• _Prompt_
Quote exactly and only this range of lines in the data below: the line that holds "e29 v27 v25 LINE" to the line that holds "v33 (57.5,10.5,0)", both included.
==== Material for this task
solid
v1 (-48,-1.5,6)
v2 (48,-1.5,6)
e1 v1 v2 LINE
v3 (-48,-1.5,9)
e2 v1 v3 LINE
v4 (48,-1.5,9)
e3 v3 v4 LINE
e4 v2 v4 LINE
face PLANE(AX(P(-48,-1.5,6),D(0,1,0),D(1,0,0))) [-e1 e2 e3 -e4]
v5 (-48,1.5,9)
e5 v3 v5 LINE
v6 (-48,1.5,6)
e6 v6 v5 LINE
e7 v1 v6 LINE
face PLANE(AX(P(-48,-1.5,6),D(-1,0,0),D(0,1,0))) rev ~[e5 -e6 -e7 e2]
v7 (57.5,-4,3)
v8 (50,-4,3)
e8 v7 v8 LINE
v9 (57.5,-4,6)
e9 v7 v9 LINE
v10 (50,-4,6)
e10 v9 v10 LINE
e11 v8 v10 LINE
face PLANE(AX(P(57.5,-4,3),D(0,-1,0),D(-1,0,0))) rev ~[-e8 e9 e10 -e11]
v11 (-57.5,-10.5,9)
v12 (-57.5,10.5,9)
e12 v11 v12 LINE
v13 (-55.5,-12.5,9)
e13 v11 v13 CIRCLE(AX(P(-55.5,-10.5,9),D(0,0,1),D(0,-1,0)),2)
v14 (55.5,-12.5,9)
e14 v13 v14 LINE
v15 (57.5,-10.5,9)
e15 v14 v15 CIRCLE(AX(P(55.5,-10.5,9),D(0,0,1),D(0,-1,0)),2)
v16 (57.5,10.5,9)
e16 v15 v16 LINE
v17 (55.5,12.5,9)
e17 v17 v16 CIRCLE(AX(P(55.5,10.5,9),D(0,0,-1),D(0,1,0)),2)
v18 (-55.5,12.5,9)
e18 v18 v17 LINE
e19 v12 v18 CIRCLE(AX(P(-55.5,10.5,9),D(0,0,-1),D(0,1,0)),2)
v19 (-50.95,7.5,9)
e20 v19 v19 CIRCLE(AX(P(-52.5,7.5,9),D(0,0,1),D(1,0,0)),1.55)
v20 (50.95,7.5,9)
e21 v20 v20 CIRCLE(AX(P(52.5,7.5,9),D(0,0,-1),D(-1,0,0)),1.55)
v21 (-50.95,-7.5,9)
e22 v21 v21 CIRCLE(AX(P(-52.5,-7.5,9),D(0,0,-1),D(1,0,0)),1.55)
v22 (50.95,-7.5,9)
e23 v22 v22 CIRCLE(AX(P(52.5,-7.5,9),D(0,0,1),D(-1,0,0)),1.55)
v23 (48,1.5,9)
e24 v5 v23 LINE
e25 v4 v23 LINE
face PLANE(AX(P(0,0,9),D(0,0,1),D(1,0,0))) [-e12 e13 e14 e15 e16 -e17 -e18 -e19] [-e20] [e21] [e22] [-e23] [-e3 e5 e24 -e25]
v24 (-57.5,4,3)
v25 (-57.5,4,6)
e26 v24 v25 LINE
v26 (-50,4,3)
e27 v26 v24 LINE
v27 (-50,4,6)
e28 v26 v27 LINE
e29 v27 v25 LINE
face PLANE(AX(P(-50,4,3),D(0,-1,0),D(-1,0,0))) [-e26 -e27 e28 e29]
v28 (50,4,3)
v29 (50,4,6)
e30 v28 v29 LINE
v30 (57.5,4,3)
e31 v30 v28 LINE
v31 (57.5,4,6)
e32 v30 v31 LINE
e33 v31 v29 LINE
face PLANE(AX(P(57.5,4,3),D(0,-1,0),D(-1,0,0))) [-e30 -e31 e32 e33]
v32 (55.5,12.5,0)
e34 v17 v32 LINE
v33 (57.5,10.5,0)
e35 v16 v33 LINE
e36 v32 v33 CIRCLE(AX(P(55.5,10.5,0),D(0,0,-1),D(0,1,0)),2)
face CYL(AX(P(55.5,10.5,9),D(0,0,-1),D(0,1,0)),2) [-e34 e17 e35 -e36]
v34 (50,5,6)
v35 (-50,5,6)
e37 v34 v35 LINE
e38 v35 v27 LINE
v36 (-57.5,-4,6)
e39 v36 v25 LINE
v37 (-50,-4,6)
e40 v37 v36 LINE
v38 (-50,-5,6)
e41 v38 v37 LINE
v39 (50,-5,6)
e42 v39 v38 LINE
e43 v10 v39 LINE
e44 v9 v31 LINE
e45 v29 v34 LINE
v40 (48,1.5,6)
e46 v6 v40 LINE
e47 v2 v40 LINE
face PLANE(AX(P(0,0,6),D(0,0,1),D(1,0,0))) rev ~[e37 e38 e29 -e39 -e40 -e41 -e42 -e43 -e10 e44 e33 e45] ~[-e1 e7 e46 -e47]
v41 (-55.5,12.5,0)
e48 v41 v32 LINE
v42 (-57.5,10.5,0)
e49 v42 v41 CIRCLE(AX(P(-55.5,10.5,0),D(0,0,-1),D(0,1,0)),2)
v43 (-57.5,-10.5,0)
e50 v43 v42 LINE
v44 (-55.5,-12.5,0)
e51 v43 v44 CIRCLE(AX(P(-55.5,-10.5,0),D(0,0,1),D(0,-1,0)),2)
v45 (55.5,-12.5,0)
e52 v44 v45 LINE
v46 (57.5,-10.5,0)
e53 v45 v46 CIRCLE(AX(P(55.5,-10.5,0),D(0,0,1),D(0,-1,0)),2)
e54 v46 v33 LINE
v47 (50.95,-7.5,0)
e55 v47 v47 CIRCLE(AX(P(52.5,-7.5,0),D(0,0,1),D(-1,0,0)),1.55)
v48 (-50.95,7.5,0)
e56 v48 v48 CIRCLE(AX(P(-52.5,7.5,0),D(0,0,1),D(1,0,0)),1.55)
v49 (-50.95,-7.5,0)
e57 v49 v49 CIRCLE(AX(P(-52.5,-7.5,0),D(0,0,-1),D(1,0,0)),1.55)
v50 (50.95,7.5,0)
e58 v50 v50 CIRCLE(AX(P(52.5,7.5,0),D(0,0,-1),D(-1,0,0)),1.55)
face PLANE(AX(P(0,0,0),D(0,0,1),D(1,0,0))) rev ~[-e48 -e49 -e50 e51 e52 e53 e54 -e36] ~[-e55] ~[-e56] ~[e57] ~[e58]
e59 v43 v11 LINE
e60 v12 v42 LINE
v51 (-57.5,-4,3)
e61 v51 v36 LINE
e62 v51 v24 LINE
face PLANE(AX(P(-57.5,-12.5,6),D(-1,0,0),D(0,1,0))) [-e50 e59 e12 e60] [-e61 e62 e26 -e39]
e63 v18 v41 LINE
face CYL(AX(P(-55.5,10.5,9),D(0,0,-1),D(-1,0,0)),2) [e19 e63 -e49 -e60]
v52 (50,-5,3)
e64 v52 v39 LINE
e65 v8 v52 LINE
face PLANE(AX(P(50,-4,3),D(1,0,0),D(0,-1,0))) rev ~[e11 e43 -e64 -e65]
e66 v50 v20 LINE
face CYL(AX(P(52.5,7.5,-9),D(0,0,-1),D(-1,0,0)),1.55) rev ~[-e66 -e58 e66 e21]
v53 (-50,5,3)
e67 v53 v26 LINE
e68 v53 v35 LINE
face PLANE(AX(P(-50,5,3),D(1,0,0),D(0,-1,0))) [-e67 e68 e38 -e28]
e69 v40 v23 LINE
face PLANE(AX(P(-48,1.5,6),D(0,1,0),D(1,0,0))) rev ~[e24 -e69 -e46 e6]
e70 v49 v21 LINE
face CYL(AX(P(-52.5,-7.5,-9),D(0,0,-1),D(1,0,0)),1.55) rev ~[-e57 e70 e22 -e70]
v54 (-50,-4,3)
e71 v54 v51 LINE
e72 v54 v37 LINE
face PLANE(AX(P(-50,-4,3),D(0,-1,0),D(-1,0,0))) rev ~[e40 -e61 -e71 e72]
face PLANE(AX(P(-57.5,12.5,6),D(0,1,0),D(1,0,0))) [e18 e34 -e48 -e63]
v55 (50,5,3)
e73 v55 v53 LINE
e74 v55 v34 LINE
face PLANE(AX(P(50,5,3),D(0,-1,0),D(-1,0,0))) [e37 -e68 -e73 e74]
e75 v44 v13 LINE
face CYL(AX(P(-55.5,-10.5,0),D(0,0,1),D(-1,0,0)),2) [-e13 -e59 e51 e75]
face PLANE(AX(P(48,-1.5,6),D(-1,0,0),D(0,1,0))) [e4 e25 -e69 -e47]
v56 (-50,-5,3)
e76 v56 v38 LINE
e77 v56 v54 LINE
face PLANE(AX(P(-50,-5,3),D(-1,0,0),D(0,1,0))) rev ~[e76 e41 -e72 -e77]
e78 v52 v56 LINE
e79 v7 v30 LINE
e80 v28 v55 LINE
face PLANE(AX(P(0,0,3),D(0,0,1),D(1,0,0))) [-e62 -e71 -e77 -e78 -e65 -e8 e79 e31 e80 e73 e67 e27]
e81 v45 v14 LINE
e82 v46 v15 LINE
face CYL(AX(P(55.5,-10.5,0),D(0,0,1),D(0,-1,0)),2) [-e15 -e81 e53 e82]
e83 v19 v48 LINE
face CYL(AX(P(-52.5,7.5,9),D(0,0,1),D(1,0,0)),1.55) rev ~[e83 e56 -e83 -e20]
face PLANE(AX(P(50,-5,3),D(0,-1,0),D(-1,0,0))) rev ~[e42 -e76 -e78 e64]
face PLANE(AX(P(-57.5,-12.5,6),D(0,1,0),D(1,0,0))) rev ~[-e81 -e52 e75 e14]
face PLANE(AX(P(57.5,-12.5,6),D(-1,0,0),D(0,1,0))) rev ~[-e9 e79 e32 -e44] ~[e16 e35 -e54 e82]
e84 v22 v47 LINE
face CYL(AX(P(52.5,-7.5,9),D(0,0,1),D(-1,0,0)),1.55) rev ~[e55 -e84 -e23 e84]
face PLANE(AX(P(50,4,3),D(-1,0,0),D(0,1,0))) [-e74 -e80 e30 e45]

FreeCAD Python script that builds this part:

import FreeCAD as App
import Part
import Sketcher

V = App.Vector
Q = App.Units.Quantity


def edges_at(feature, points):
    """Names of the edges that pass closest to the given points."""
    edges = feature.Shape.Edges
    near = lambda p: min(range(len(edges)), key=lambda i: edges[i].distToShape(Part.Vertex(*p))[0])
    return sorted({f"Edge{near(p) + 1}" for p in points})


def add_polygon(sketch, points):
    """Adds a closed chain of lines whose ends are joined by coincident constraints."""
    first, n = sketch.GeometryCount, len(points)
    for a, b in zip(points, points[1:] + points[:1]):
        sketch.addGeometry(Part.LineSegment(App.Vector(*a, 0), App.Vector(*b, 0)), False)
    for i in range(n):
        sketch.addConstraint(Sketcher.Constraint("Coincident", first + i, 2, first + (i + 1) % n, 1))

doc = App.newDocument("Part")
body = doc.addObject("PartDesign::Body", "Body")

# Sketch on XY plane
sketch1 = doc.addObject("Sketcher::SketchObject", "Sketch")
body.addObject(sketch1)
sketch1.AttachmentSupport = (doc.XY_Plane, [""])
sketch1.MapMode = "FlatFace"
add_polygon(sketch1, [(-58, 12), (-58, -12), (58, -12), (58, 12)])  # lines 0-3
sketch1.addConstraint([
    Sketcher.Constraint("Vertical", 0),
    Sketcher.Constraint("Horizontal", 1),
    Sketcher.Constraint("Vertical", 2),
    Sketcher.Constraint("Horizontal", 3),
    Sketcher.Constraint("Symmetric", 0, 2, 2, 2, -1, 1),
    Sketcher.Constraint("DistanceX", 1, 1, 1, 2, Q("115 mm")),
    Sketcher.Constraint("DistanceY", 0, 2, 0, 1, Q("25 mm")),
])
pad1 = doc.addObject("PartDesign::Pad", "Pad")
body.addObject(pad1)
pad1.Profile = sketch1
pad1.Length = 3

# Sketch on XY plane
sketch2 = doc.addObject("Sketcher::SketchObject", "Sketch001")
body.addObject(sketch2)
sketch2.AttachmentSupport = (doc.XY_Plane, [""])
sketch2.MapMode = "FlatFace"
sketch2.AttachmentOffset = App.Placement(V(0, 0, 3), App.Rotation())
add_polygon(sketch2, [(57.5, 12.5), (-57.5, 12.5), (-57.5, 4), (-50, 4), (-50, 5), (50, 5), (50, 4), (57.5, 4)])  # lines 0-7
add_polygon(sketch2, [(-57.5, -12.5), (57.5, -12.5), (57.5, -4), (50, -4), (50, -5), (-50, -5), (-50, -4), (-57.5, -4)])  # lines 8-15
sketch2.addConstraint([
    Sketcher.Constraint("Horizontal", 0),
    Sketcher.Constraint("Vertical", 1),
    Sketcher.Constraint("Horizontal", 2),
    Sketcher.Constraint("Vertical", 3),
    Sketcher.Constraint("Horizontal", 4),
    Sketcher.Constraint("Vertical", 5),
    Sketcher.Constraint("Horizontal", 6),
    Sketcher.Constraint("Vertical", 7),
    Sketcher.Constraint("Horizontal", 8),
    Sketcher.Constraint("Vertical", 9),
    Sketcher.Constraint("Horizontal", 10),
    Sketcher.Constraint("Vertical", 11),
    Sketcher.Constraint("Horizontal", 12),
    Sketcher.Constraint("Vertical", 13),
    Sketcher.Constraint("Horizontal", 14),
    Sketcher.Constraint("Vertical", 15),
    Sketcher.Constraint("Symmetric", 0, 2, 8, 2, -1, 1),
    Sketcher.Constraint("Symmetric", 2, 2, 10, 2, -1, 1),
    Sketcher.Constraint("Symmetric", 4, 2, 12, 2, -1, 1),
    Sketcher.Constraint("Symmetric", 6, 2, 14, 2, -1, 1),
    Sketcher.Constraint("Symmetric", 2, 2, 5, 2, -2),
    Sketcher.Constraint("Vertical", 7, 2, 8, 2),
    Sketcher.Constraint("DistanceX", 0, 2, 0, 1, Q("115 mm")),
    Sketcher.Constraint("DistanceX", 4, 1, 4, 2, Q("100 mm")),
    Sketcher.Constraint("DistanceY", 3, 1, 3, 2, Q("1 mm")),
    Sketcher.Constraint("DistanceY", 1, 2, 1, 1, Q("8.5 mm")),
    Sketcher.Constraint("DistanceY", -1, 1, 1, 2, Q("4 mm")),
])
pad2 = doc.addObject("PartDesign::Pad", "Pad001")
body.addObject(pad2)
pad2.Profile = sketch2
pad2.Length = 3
========
• _Solution to the problem_
e29 v27 v25 LINE
face PLANE(AX(P(-50,4,3),D(0,-1,0),D(-1,0,0))) [-e26 -e27 e28 e29]
v28 (50,4,3)
v29 (50,4,6)
e30 v28 v29 LINE
v30 (57.5,4,3)
e31 v30 v28 LINE
v31 (57.5,4,6)
e32 v30 v31 LINE
e33 v31 v29 LINE
face PLANE(AX(P(57.5,4,3),D(0,-1,0),D(-1,0,0))) [-e30 -e31 e32 e33]
v32 (55.5,12.5,0)
e34 v17 v32 LINE
v33 (57.5,10.5,0)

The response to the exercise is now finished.